Port-xen archive

[Date Prev][Date Next][Thread Prev][Thread Next][Date Index][Thread Index][Old Index]

Re: timekeeping regression? (a possible clue about the ~7.5 days)



[[ Note there's a question buried down there in my ramblings about what
   I should print in ntp_adjtime(2) to see what ntpd is doing. ]]

So some possible clues, or at least one new possible clue, for the weird
event that happens after ~7.5 days, or somewhere between about 650,000
and 660,000 seconds, of uptime.

It turns out the Xen watchdog reboots I've observed recently may have
been caused by these timekeeping problems, which of course makes sense
since the watchdog is essentially a timer.  With my latest version of
xen_clock.c both my machines have been rebooted after ~7.5 days by
xenwatchdog.

I've run xenwatchdogd with the (standard?) parameters "30 15".

What I've observed on both my local machines is a sudden change in the
direction of change of the delta, between Xen system_time (aka "Xen wall
clock time") and NetBSD nanouptime().

I noticed this because in my new xen_clock.c I added a printf() in
xen_rtc_set() to answer my question about whether xen_rtc_set() could
avoid using xen_glocal_systime_ns() (i.e. the Xen kernel's system_time)
by simply using nanouptime() instead.

One thing this printf() revealed is that there is a difference between
the initial nanouptime() value and what Xen knows as system_time, and of
course this is an expected thing since the dom0 kernel starts after the
Xen kernel is already running.

What I didn't expect is a constant drift between these values, though
perhaps I should have given how the code works.

Both the Xen kernel and the dom0 kernel should be using the same formula
for converting TSC values to nanoseconds so they shouldn't drift with
respect to each other on that account.

The only other explanation I can see for this drift is that it is the
time between when the Xen kernel sets the vcpu_time_info->system_time
value and when the dom0 kernel fetches that value and then submits it
back as the new system_time with XENPF_settime.

The execution time between those milestones is always "lost" (i.e. it is
unaccounted for), while no loss occurs in the timer used by nanouptime()
since it's using the un-adjusted "raw" TSC value.  (RDTSC is _not_
emulated for dom0)

(To me this may raise again the argument that dom0 should use
nanouptime() for xen_rtc_set() since that's the value directly related
to the wallclock time provided in tvp to xen_rtc_set().)

The "clue" to something going wrong after the ~7.5 days (between 650k
and 660k seconds) of uptime is seen in the change of direction of the
delta of change in the difference between system_time and nanouptime.
The first two lines are right after boot.  The next four lines show the
difference constantly still getting wider, as it has since boot, and
then suddenly in the sixth line it gets a lot narrower again, and then
it gets wider again, then the watchdog fires:

[  50.1593838] xen_rtc_set: Setting to 1722109487.404887000 s at systime 60784095871 ns (nanouptime: 50159594026 ns, diff(st-nt): 10.624501845 s)
[ 531.0352790] xen_rtc_set: Setting to 1722109968.280782000 s at systime 541627571059 ns (nanouptime: 531035319089 ns, diff(st-nt): 10.592251970 s)

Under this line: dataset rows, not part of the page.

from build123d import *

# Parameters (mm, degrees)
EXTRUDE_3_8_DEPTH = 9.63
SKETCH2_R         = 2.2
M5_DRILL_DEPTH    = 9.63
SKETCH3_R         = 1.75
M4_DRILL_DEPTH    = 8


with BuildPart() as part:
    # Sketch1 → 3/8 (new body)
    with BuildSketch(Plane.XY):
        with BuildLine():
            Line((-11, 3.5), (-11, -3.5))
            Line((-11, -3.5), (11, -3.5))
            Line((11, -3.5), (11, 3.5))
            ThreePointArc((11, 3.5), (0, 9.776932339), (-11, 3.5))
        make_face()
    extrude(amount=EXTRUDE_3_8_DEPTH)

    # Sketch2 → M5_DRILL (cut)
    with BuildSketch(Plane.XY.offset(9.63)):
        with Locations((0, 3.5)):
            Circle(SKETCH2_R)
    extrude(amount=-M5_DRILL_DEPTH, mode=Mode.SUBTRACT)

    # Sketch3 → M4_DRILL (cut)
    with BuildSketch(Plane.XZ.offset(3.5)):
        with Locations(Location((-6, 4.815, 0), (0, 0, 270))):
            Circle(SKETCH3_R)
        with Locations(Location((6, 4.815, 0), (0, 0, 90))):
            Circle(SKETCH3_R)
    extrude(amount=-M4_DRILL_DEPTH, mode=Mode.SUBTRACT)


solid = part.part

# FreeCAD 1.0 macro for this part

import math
import FreeCAD as App
import Part
import Sketcher

V = App.Vector
Q = App.Units.Quantity

doc = App.newDocument("Part")
body = doc.addObject("PartDesign::Body", "Body")

# Sketch on XY plane
sketch1 = body.newObject("Sketcher::SketchObject", "Sketch")
sketch1.AttachmentSupport = (doc.getObject("XY_Plane"), [""])
sketch1.MapMode = "FlatFace"
sketch1.addGeometry([
    Part.LineSegment(V(-11, 4, 0), V(-11, -4, 0)),
    Part.LineSegment(V(-11, -4, 0), V(11, -4, 0)),
    Part.LineSegment(V(11, -4, 0), V(11, 4, 0)),
    Part.ArcOfCircle(Part.Circle(V(0, -3, 0), V(0, 0, 1), 13), math.radians(31), math.radians(149)),
], False)
sketch1.addConstraint([
    Sketcher.Constraint("Coincident", 0, 2, 1, 1),
    Sketcher.Constraint("Coincident", 1, 2, 2, 1),
    Sketcher.Constraint("Coincident", 2, 2, 3, 1),
    Sketcher.Constraint("Coincident", 3, 2, 0, 1),
    Sketcher.Constraint("Vertical", 0),
    Sketcher.Constraint("Horizontal", 1),
    Sketcher.Constraint("Vertical", 2),
    Sketcher.Constraint("Symmetric", 0, 2, 2, 2, -1, 1),
    Sketcher.Constraint("PointOnObject", 3, 3, -2),
    Sketcher.Constraint("DistanceX", 1, 1, 1, 2, Q("22 mm")),
    Sketcher.Constraint("DistanceY", 0, 2, 0, 1, Q("7 mm")),
    Sketcher.Constraint("DistanceY", 3, 3, -1, 1, Q("3 mm")),
])
pad1 = body.newObject("PartDesign::Pad", "Pad")
pad1.Profile = sketch1
pad1.Length = 9.63

# Sketch on XY plane
sketch2 = body.newObject("Sketcher::SketchObject", "Sketch001")
sketch2.AttachmentSupport = (doc.getObject("XY_Plane"), [""])
sketch2.MapMode = "FlatFace"
sketch2.AttachmentOffset = App.Placement(V(0, 0, 9.63), App.Rotation())
sketch2.addGeometry(Part.Circle(V(0, 3.5, 0), V(0, 0, 1), 2.2), False)
sketch2.addConstraint([
    Sketcher.Constraint("PointOnObject", 0, 3, -2),
    Sketcher.Constraint("Diameter", 0, Q("4.4 mm")),
    Sketcher.Constraint("DistanceY", -1, 1, 0, 3, Q("3.5 mm")),
])
pocket1 = body.newObject("PartDesign::Pocket", "Pocket")
pocket1.Profile = sketch2
pocket1.Length = 9.63

# Sketch on XZ plane
sketch3 = body.newObject("Sketcher::SketchObject", "Sketch002")
sketch3.AttachmentSupport = (doc.getObject("XZ_Plane"), [""])
sketch3.MapMode = "FlatFace"
sketch3.AttachmentOffset = App.Placement(V(0, 0, 3.5), App.Rotation())
sketch3.addGeometry([
    Part.Circle(V(-6, 4.8, 0), V(0, 0, 1), 1.8),
    Part.Circle(V(6, 4.8, 0), V(0, 0, 1), 1.8),
], False)
sketch3.addConstraint([
    Sketcher.Constraint("Equal", 0, 1),
    Sketcher.Constraint("Symmetric", 0, 3, 1, 3, -2),
    Sketcher.Constraint("Diameter", 0, Q("3.5 mm")),
    Sketcher.Constraint("DistanceX", 0, 3, -1, 1, Q("6 mm")),
    Sketcher.Constraint("DistanceY", -1, 1, 0, 3, Q("4.815 mm")),
])
pocket2 = body.newObject("PartDesign::Pocket", "Pocket001")
pocket2.Profile = sketch3
pocket2.Length = 8

doc.recompute()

[ 653317.1451660] xen_rtc_set: Setting to 1721447126.779810000 s at systime 653286589324921 ns (nanouptime: 653317145166034 ns, diff(st-nt): -30.555841113 s)
[ 653847.5469777] xen_rtc_set: Setting to 1721447657.181621000 s at systime 653816957323891 ns (nanouptime: 653847546977685 ns, diff(st-nt): -30.589653794 s)
[ 654378.3798177] xen_rtc_set: Setting to 1721448188.014461000 s at systime 654347756324820 ns (nanouptime: 654378379817734 ns, diff(st-nt): -30.623492914 s)
[ 654908.7496261] xen_rtc_set: Setting to 1721448718.384270000 s at systime 654878092324619 ns (nanouptime: 654908749626128 ns, diff(st-nt): -30.657301509 s)

[ 655438.5014603] xen_rtc_set: Setting to 1721449248.136104000 s at systime 655408810326817 ns (nanouptime: 655438501460300 ns, diff(st-nt): -29.691133483 s)

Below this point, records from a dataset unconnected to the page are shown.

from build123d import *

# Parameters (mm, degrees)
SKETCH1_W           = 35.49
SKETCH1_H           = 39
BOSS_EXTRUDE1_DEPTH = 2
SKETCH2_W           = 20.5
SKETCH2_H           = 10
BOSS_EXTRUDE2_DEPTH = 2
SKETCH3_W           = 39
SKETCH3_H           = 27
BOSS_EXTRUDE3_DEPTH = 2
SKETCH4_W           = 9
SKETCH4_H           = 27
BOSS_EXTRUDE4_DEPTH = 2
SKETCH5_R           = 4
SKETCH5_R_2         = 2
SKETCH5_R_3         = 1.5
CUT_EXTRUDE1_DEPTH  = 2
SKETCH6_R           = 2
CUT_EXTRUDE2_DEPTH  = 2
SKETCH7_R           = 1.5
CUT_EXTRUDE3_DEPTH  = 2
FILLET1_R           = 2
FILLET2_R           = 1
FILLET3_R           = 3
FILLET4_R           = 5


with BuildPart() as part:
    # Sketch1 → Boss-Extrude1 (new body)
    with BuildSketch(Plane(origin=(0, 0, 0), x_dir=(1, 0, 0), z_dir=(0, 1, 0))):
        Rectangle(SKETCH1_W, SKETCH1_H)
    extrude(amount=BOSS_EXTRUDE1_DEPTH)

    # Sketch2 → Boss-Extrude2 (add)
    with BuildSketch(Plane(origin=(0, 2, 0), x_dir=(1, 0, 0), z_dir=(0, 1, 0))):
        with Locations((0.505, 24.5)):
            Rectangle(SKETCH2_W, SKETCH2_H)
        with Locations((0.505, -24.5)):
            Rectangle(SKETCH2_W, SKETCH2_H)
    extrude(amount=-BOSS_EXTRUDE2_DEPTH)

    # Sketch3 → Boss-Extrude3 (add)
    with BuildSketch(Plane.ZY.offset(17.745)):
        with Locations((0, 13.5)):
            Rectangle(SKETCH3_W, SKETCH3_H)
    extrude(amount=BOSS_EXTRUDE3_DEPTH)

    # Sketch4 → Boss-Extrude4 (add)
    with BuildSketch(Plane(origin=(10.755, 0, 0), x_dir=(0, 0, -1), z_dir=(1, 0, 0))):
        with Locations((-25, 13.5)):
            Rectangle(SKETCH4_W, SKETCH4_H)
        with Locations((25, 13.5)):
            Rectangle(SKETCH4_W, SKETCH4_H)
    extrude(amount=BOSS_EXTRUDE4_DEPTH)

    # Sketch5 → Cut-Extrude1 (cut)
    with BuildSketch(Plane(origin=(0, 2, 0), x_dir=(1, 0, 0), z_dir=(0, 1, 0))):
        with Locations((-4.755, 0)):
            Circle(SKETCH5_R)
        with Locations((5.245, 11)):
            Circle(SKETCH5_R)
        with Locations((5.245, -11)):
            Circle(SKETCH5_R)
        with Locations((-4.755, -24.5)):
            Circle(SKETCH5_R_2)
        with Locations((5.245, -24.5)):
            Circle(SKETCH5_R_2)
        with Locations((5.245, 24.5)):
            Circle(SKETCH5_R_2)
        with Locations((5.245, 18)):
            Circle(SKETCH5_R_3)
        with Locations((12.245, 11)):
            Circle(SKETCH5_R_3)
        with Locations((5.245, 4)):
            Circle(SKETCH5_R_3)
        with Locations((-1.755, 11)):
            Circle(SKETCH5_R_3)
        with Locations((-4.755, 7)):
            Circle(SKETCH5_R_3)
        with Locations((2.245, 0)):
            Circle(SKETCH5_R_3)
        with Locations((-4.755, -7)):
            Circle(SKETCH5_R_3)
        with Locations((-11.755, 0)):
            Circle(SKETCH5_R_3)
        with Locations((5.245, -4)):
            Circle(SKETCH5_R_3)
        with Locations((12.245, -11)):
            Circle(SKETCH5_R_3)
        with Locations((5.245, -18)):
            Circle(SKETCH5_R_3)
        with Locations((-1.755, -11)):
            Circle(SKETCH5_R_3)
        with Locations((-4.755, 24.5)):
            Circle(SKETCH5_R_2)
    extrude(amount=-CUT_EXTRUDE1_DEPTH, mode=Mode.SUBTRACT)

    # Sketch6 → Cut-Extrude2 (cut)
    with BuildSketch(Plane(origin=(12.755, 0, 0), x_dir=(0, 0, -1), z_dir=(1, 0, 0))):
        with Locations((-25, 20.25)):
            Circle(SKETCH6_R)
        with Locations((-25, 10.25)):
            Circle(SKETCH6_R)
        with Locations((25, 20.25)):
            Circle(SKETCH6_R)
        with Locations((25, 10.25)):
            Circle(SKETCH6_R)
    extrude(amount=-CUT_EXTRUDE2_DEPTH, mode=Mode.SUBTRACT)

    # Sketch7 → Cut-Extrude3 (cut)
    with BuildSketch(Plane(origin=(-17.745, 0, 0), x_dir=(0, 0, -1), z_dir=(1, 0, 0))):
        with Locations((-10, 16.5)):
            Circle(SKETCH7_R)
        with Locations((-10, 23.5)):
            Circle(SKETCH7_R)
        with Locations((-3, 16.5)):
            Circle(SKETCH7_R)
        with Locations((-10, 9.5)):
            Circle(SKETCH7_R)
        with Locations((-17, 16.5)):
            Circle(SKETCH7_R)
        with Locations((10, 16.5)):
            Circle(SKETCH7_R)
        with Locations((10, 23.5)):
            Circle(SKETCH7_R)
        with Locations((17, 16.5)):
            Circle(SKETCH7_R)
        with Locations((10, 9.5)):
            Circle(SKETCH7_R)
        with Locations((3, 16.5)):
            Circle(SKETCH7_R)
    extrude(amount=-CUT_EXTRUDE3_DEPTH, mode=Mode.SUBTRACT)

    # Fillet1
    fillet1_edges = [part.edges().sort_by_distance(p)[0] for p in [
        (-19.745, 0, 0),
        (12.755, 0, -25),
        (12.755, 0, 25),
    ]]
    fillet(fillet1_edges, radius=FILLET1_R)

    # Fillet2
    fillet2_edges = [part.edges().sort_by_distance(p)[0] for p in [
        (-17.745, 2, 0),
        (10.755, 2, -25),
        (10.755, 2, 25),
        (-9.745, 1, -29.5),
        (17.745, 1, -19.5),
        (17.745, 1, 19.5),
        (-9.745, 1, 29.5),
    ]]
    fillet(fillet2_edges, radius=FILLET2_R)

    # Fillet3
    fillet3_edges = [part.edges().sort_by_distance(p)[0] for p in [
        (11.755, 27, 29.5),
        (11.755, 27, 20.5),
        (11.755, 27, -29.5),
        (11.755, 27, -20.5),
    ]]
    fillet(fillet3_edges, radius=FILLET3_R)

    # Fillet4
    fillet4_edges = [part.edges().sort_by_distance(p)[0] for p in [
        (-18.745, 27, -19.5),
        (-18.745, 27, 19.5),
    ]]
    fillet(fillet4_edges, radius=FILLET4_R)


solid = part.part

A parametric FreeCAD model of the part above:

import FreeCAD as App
import Part
import Sketcher

V = App.Vector
Q = App.Units.Quantity


def edges_at(feature, points):
    """Names of the edges that pass closest to the given points."""
    edges = feature.Shape.Edges
    near = lambda p: min(range(len(edges)), key=lambda i: edges[i].distToShape(Part.Vertex(*p))[0])
    return sorted({f"Edge{near(p) + 1}" for p in points})

doc = App.newDocument("Part")
params = doc.addObject("Spreadsheet::Sheet", "Params")
for row, (alias, value) in enumerate([
    ("sketch1_height", "39 mm"),
    ("sketch1_width", "35.49 mm"),
    ("pad1_length", "2 mm"),
    ("sketch2_height", "10 mm"),
    ("sketch2_width", "20.5 mm"),
    ("pad2_length", "2 mm"),
    ("sketch3_width", "27 mm"),
    ("sketch3_height", "39 mm"),
    ("pad3_length", "2 mm"),
    ("sketch4_width", "27 mm"),
    ("sketch4_height", "9 mm"),
    ("pad4_length", "2 mm"),
    ("sketch5_diameter", "8 mm"),
    ("sketch5_diameter2", "4 mm"),
    ("sketch5_diameter3", "3 mm"),
    ("pocket1_length", "2 mm"),
    ("sketch6_diameter", "4 mm"),
    ("pocket2_length", "2 mm"),
    ("sketch7_diameter", "3 mm"),
    ("pocket3_length", "2 mm"),
    ("fillet_radius", "2 mm"),
    ("fillet2_radius", "1 mm"),
    ("fillet3_radius", "3 mm"),
    ("fillet4_radius", "5 mm"),
], start=1):
    params.set(f"A{row}", alias)
    params.set(f"B{row}", "=" + value)
    params.setAlias(f"B{row}", alias)

body = doc.addObject("PartDesign::Body", "Body")

sketch1 = body.newObject("Sketcher::SketchObject", "Sketch")
sketch1.AttachmentSupport = (doc.getObject("XZ_Plane"), [""])
sketch1.MapMode = "FlatFace"
sketch1.addGeometry([
    Part.LineSegment(V(-18, -20, 0), V(-18, 20, 0)),
    Part.LineSegment(V(-18, 20, 0), V(18, 20, 0)),
    Part.LineSegment(V(18, 20, 0), V(18, -20, 0)),
    Part.LineSegment(V(18, -20, 0), V(-18, -20, 0)),
], False)
sketch1.addConstraint([
    Sketcher.Constraint("Coincident", 0, 2, 1, 1),
    Sketcher.Constraint("Coincident", 1, 2, 2, 1),
    Sketcher.Constraint("Coincident", 2, 2, 3, 1),
    Sketcher.Constraint("Coincident", 3, 2, 0, 1),
    Sketcher.Constraint("Vertical", 0),
    Sketcher.Constraint("Horizontal", 1),
    Sketcher.Constraint("Vertical", 2),
    Sketcher.Constraint("Horizontal", 3),
    Sketcher.Constraint("Symmetric", 0, 2, 2, 2, -1, 1),
    Sketcher.Constraint("DistanceY", 0, 1, 0, 2, Q("39 mm")),
    Sketcher.Constraint("DistanceX", 1, 1, 1, 2, Q("35.49 mm")),
])
sketch1.setExpression("Constraints[9]", "Params.sketch1_height")
sketch1.setExpression("Constraints[10]", "Params.sketch1_width")
pad1 = body.newObject("PartDesign::Pad", "Pad")
pad1.Profile = sketch1
pad1.setExpression("Length", "Params.pad1_length")
pad1.Reversed = True

sketch2 = body.newObject("Sketcher::SketchObject", "Sketch001")
sketch2.AttachmentSupport = (doc.getObject("XZ_Plane"), [""])
sketch2.MapMode = "FlatFace"
sketch2.AttachmentOffset = App.Placement(V(0, 0, -2), App.Rotation())
sketch2.addGeometry([
    Part.LineSegment(V(-10, -30, 0), V(-10, -20, 0)),
    Part.LineSegment(V(-10, -20, 0), V(11, -20, 0)),
    Part.LineSegment(V(11, -20, 0), V(11, -30, 0)),
    Part.LineSegment(V(11, -30, 0), V(-10, -30, 0)),
    Part.LineSegment(V(-10, 20, 0), V(-10, 30, 0)),
    Part.LineSegment(V(-10, 30, 0), V(11, 30, 0)),
    Part.LineSegment(V(11, 30, 0), V(11, 20, 0)),
    Part.LineSegment(V(11, 20, 0), V(-10, 20, 0)),
], False)
sketch2.addConstraint([
    Sketcher.Constraint("Coincident", 0, 2, 1, 1),
    Sketcher.Constraint("Coincident", 1, 2, 2, 1),
    Sketcher.Constraint("Coincident", 2, 2, 3, 1),
    Sketcher.Constraint("Coincident", 3, 2, 0, 1),
    Sketcher.Constraint("Coincident", 4, 2, 5, 1),
    Sketcher.Constraint("Coincident", 5, 2, 6, 1),
    Sketcher.Constraint("Coincident", 6, 2, 7, 1),
    Sketcher.Constraint("Coincident", 7, 2, 4, 1),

[ 655968.6892555] xen_rtc_set: Setting to 1721449778.323899000 s at systime 655938964326540 ns (nanouptime: 655968689255463 ns, diff(st-nt): -29.724928923 s)
[ 656499.3370809] xen_rtc_set: Setting to 1721450308.971725000 s at systime 656469578326883 ns (nanouptime: 656499337080864 ns, diff(st-nt): -29.758753981 s)
[ 657029.4058446] xen_rtc_set: Setting to 1721450839.040488000 s at systime 656999613326338 ns (nanouptime: 657029405844633 ns, diff(st-nt): -29.792518295 s)
[ 657559.9095515] xen_rtc_set: Setting to 1721451369.544195000 s at systime 657530083325040 ns (nanouptime: 657559909551465 ns, diff(st-nt): -29.826226425 s)
(XEN) [2024-07-20 04:57:24.044] Watchdog timer fired for domain 0
(XEN) [2024-07-20 04:57:24.044] Hardware Dom0 shutdown: watchdog rebooting machine


I'm not sure if/how ntpd may be involved in this.  I'd like to add some
printfs to ntp_adjtime(2) to see what NTP is doing, if anything, at the
time this "event" happens.  However I'm not sure what to print!  Can
anyone give me any hints please?

Note that when there was no reboot (as I'm hoping for again on one
machine where I've disabled xenwatchdogd) ntpd continues to keep the
system time in sync with real wall clock time, despite all these strange
changes in system_time to nanouptime() underneath.

I might reduce the default machdep.xen.timepush_ticks as well to get a
finer resolution on these changes right from boot.


On the other machine the change of direction happened twice, but after
the second change it continued to shrink quite quickly until
mDNSResponder noticed problems, then the watchdog finally fired.  Note
the slightly odd difference in this machine where the diff is
increasing.  This is probably caused by ntpd or ntpdate doing some
adjustment right after boot, since the first line is before they run,
and the second is after the login prompt is printed.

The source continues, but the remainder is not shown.